A candidate key is a combination of attributes that can be uniquely used to identify a database record

without any extraneous data. Each table may have one or more candidate keys. One of these candidate

keys is selected as the table primary key.

Alternate Key :

There can be a key apart from primary key in a table that can also be a key. This key may or may not be a

unique key. For example, in an employee table, empno is a primary key, empname is a alternate key that

may not be unique but still helps in identifying a row of the table.

Super Key :

A superkey is a combination of columns that uniquely identifies any row within a relational database

management system (RDBMS) table.

Candidate key is a subset of superkey .

A candidate key is a closely related concept where the superkey is reduced to the minimum number of

columns required to uniquely identify each row.

Q 7 : What are the responsibilities of a DBA (Database Administrator ) ?

Answer :

One of the main reasons for using DBMSs is to have central control of both the data and the programs that access those data. A person who has such central control over the system is called a database administrator (DBA). The functions of a DBA include:

• Schema definition. The DBA creates the original database schema by executing a set of data definition

statements in the DDL.

• Storage structure and access-method definition.

• Schema and physical-organization modification. The DBA carries out changes to the schema and

physical organization to reflect the changing needs of the organization, or to alter the physical organization to improve performance.
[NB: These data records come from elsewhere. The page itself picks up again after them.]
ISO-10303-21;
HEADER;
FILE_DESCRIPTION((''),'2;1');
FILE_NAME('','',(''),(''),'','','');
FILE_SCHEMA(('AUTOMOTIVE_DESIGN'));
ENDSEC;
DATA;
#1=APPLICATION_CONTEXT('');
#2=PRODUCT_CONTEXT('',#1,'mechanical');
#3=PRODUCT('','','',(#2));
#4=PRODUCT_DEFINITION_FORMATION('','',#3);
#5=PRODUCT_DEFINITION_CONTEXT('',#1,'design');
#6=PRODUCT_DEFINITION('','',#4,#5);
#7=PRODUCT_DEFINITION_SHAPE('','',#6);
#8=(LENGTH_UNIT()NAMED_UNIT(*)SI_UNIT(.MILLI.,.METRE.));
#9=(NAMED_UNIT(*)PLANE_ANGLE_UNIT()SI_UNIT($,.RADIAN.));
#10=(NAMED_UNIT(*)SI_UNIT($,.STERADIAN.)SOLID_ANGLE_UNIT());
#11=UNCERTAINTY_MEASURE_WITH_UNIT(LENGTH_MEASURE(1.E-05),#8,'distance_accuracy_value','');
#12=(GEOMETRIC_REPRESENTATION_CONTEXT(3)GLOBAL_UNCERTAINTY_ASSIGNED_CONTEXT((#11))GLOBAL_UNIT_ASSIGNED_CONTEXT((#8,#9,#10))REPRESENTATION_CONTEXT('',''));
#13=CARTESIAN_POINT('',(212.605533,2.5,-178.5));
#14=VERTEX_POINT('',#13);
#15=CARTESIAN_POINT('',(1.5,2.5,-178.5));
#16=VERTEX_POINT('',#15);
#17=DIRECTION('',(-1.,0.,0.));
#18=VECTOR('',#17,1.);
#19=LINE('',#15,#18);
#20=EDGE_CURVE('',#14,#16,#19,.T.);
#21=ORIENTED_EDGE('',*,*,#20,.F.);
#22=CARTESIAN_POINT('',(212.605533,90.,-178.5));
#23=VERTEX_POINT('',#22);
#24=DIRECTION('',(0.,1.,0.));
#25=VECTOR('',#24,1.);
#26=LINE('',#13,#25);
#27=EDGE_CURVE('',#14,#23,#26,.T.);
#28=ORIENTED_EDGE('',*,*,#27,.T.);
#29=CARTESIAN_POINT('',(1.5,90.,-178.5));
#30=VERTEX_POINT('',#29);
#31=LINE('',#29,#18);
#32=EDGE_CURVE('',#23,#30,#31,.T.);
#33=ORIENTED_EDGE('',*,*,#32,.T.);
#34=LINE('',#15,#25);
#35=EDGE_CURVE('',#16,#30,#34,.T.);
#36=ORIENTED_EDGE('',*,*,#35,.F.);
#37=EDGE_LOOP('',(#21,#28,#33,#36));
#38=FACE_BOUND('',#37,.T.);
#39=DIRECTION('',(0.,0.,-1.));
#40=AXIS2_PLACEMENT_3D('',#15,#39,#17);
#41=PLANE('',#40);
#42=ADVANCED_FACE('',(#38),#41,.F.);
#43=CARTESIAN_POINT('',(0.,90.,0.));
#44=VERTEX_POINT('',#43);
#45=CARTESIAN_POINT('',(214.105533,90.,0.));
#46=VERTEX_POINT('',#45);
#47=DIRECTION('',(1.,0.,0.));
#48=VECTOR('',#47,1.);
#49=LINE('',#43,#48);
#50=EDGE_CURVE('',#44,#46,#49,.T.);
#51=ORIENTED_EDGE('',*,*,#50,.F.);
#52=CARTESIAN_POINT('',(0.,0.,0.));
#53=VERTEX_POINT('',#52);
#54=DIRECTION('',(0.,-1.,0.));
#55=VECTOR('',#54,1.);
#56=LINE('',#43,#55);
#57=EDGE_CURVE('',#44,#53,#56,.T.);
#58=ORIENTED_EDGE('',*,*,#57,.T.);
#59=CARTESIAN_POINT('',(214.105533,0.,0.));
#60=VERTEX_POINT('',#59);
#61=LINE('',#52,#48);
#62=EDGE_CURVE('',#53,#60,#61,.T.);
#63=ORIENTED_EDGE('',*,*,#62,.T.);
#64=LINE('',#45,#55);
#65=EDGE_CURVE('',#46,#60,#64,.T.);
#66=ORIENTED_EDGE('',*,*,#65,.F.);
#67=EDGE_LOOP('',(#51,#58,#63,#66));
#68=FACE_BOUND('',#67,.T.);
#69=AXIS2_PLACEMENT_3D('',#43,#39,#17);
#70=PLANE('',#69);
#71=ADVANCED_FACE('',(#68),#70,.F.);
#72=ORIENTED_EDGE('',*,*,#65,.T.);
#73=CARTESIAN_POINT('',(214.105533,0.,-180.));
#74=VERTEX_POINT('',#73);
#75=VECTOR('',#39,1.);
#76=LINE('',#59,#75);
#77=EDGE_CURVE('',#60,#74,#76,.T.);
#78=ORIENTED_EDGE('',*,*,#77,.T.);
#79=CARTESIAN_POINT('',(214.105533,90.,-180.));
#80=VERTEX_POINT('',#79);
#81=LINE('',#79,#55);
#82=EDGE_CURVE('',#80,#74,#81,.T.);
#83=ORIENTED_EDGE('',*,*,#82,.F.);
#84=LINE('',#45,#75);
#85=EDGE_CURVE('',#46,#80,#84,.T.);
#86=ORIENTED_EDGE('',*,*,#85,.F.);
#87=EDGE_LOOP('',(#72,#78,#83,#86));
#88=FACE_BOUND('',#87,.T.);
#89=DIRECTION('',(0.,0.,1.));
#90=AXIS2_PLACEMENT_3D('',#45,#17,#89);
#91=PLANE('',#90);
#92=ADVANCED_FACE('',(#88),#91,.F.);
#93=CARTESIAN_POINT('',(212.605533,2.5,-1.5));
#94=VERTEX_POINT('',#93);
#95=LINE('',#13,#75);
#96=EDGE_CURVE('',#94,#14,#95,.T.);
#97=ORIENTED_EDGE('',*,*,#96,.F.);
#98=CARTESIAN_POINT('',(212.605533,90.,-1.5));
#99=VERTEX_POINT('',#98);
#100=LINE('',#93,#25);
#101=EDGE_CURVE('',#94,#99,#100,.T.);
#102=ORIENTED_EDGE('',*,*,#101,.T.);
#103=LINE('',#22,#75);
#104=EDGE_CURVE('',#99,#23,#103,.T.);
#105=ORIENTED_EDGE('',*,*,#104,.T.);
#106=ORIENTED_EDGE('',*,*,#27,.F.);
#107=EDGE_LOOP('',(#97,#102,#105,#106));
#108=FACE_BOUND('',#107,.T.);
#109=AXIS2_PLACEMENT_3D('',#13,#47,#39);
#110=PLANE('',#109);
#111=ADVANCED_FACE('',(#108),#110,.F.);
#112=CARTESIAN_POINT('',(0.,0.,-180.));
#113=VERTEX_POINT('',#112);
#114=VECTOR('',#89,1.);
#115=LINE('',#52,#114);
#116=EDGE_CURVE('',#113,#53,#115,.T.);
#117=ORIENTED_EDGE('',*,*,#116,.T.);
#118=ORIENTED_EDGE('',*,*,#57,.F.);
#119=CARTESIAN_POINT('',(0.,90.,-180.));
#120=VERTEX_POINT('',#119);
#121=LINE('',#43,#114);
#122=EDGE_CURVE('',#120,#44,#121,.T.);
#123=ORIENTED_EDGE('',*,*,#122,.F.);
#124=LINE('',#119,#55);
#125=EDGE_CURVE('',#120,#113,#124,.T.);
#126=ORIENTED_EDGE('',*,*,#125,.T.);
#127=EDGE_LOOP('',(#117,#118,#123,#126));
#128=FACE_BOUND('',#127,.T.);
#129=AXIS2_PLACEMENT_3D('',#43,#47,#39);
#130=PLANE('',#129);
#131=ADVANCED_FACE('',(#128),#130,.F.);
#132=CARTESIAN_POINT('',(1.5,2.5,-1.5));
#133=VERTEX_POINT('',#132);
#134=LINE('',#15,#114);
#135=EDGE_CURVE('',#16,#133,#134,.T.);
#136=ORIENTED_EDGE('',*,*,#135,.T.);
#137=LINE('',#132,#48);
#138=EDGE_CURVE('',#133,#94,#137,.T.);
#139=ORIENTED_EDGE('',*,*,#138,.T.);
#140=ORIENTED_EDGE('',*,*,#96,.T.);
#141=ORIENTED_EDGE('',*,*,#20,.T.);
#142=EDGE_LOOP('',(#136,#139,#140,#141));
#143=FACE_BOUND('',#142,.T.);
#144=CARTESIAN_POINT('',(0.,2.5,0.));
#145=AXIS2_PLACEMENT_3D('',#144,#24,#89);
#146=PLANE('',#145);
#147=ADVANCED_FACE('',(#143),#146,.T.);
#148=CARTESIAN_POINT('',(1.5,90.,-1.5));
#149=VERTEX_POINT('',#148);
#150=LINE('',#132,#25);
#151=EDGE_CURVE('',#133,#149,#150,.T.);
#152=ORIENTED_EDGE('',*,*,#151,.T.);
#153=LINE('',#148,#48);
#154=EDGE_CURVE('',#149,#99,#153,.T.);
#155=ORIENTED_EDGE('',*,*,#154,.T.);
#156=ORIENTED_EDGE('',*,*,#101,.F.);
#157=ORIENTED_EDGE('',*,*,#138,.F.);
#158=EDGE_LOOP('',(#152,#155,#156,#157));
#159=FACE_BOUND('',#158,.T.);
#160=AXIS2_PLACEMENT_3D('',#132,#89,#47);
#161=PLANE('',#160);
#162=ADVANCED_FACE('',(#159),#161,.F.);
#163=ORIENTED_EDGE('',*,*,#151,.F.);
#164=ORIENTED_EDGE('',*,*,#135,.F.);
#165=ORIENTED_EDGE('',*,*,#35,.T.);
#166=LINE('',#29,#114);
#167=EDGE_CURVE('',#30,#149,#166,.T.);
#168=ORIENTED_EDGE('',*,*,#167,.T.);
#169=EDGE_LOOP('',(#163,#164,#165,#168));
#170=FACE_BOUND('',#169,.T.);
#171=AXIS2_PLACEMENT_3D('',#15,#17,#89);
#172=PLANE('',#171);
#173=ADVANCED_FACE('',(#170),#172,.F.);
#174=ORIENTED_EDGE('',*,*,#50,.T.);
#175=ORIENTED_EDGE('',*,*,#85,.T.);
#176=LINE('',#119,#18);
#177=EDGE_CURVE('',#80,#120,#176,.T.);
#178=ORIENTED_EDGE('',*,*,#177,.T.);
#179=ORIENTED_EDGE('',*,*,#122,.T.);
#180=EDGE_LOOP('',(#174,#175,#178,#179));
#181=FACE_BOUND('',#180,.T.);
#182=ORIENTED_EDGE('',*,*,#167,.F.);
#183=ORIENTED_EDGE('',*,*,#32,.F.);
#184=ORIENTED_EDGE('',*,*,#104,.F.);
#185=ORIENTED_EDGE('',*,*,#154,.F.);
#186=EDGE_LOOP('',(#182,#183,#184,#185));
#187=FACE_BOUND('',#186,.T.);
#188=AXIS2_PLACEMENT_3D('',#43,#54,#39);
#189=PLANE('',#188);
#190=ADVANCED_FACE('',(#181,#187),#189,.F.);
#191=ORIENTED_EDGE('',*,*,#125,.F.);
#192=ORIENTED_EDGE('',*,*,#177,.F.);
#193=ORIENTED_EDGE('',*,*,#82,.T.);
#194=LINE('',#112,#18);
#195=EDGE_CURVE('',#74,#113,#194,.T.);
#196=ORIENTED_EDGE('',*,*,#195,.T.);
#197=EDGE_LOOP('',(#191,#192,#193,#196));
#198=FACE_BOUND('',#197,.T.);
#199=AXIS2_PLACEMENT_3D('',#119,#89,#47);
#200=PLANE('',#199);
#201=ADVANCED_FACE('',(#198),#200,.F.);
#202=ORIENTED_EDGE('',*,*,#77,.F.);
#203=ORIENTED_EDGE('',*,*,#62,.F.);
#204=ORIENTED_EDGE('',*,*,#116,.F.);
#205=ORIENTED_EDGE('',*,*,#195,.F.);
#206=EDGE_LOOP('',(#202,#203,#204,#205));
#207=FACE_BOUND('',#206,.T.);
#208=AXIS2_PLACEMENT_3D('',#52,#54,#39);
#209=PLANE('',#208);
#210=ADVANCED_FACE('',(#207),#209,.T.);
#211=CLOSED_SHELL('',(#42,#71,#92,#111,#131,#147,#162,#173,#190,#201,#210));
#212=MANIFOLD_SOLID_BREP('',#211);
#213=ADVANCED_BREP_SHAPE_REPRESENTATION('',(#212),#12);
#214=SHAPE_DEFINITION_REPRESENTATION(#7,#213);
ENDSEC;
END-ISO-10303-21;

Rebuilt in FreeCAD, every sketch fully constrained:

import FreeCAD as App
import Part
import Sketcher
from FreeCAD import Vector


def add_polygon(sketch, points):
    """Adds a closed chain of lines whose ends are joined by coincident constraints."""
    first, n = sketch.GeometryCount, len(points)
    for a, b in zip(points, points[1:] + points[:1]):
        sketch.addGeometry(Part.LineSegment(App.Vector(*a, 0), App.Vector(*b, 0)), False)
    for i in range(n):
        sketch.addConstraint(Sketcher.Constraint("Coincident", first + i, 2, first + (i + 1) % n, 1))

doc = App.newDocument("Part")
params = doc.addObject("Spreadsheet::Sheet", "Params")
for row, (alias, value) in enumerate([
    ("sketch1_height", "180 mm"),
    ("pad1_length", "90 mm"),
    ("sketch2_height", "177 mm"),
    ("pocket1_length", "87.5 mm"),
], start=1):
    params.set(f"A{row}", alias)
    params.set(f"B{row}", "=" + value)
    params.setAlias(f"B{row}", alias)

body = doc.addObject("PartDesign::Body", "Body")

sketch1 = doc.addObject("Sketcher::SketchObject", "Sketch")
body.addObject(sketch1)
sketch1.AttachmentSupport = (doc.XZ_Plane, [""])
sketch1.MapMode = "FlatFace"
add_polygon(sketch1, [(0, -180), (0, 0), (214, 0), (214, -180)])
sketch1.addConstraint([
    Sketcher.Constraint("Vertical", 0),
    Sketcher.Constraint("Horizontal", 1),
    Sketcher.Constraint("Vertical", 2),
    Sketcher.Constraint("Horizontal", 3),
    Sketcher.Constraint("Coincident", 0, 2, -1, 1),
    Sketcher.Constraint("DistanceY", 0, 1, 0, 2, 180.0),
    Sketcher.Constraint("DistanceX", 1, 1, 1, 2, 214.105533),
])
sketch1.setExpression("Constraints[9]", "Params.sketch1_height")
pad1 = doc.addObject("PartDesign::Pad", "Pad")
body.addObject(pad1)
pad1.Profile = sketch1
pad1.setExpression("Length", "Params.pad1_length")
pad1.Reversed = True

sketch2 = doc.addObject("Sketcher::SketchObject", "Sketch001")
body.addObject(sketch2)
sketch2.AttachmentSupport = (doc.XZ_Plane, [""])
sketch2.MapMode = "FlatFace"
sketch2.AttachmentOffset = App.Placement(Vector(0, 0, -90), App.Rotation())
add_polygon(sketch2, [(2, -178), (2, -2), (213, -2), (213, -178)])
sketch2.addConstraint([
    Sketcher.Constraint("Vertical", 0),
    Sketcher.Constraint("Horizontal", 1),
    Sketcher.Constraint("Vertical", 2),
    Sketcher.Constraint("Horizontal", 3),
    Sketcher.Constraint("DistanceY", 0, 1, 0, 2, 177.0),
    Sketcher.Constraint("DistanceX", -1, 1, 0, 2, 1.5),
    Sketcher.Constraint("DistanceY", 0, 2, -1, 1, 1.5),
    Sketcher.Constraint("DistanceX", 1, 1, 1, 2, 211.105533),
])
sketch2.setExpression("Constraints[8]", "Params.sketch2_height")
pocket1 = doc.addObject("PartDesign::Pocket", "Pocket")
body.addObject(pocket1)
pocket1.Profile = sketch2
pocket1.setExpression("Length", "Params.pocket1_length")
pocket1.Reversed = True

doc.recompute()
• Granting of authorization for data access. By granting different types of authorization, the database

administrator can regulate which parts of the database various users can access. The authorization information is kept in a special system structure that the database system consults whenever someone attempts to access the data in the system.

• Routine maintenance. Examples of the database administrator’s routine maintenance activities are:

Periodically backing up the database, either onto tapes or onto remote servers, to prevent loss of data in case of disasters such as flooding.

Ensuring that enough free disk space is available for normal operations, and upgrading disk space as required.

Monitoring jobs running on the database and ensuring that performance is not degraded by very expensive tasks submitted by some users.

E R Model

Q 8 : What is Generalization and Specialization ? Explain with a diagram . Answer : Specialization and generalization define a containment relationship between a higher-level entity set and one or more lower-level entity sets. Specialization is the result of taking a subset of a higher-level entity set to form a lower level entity set. Generalization is the result of taking the union of two or more disjoint (lower-level) entity sets to produce a higher-level entity set. The attributes of higher-level entity sets are inherited by lower-level entity sets.

Q 9 : What is Aggregation ? Explain with a diagram . Answer : Aggregation is an abstraction in which relationship sets (along with their associated entity sets) are treated as higher-level entity sets, and can participate in relationships.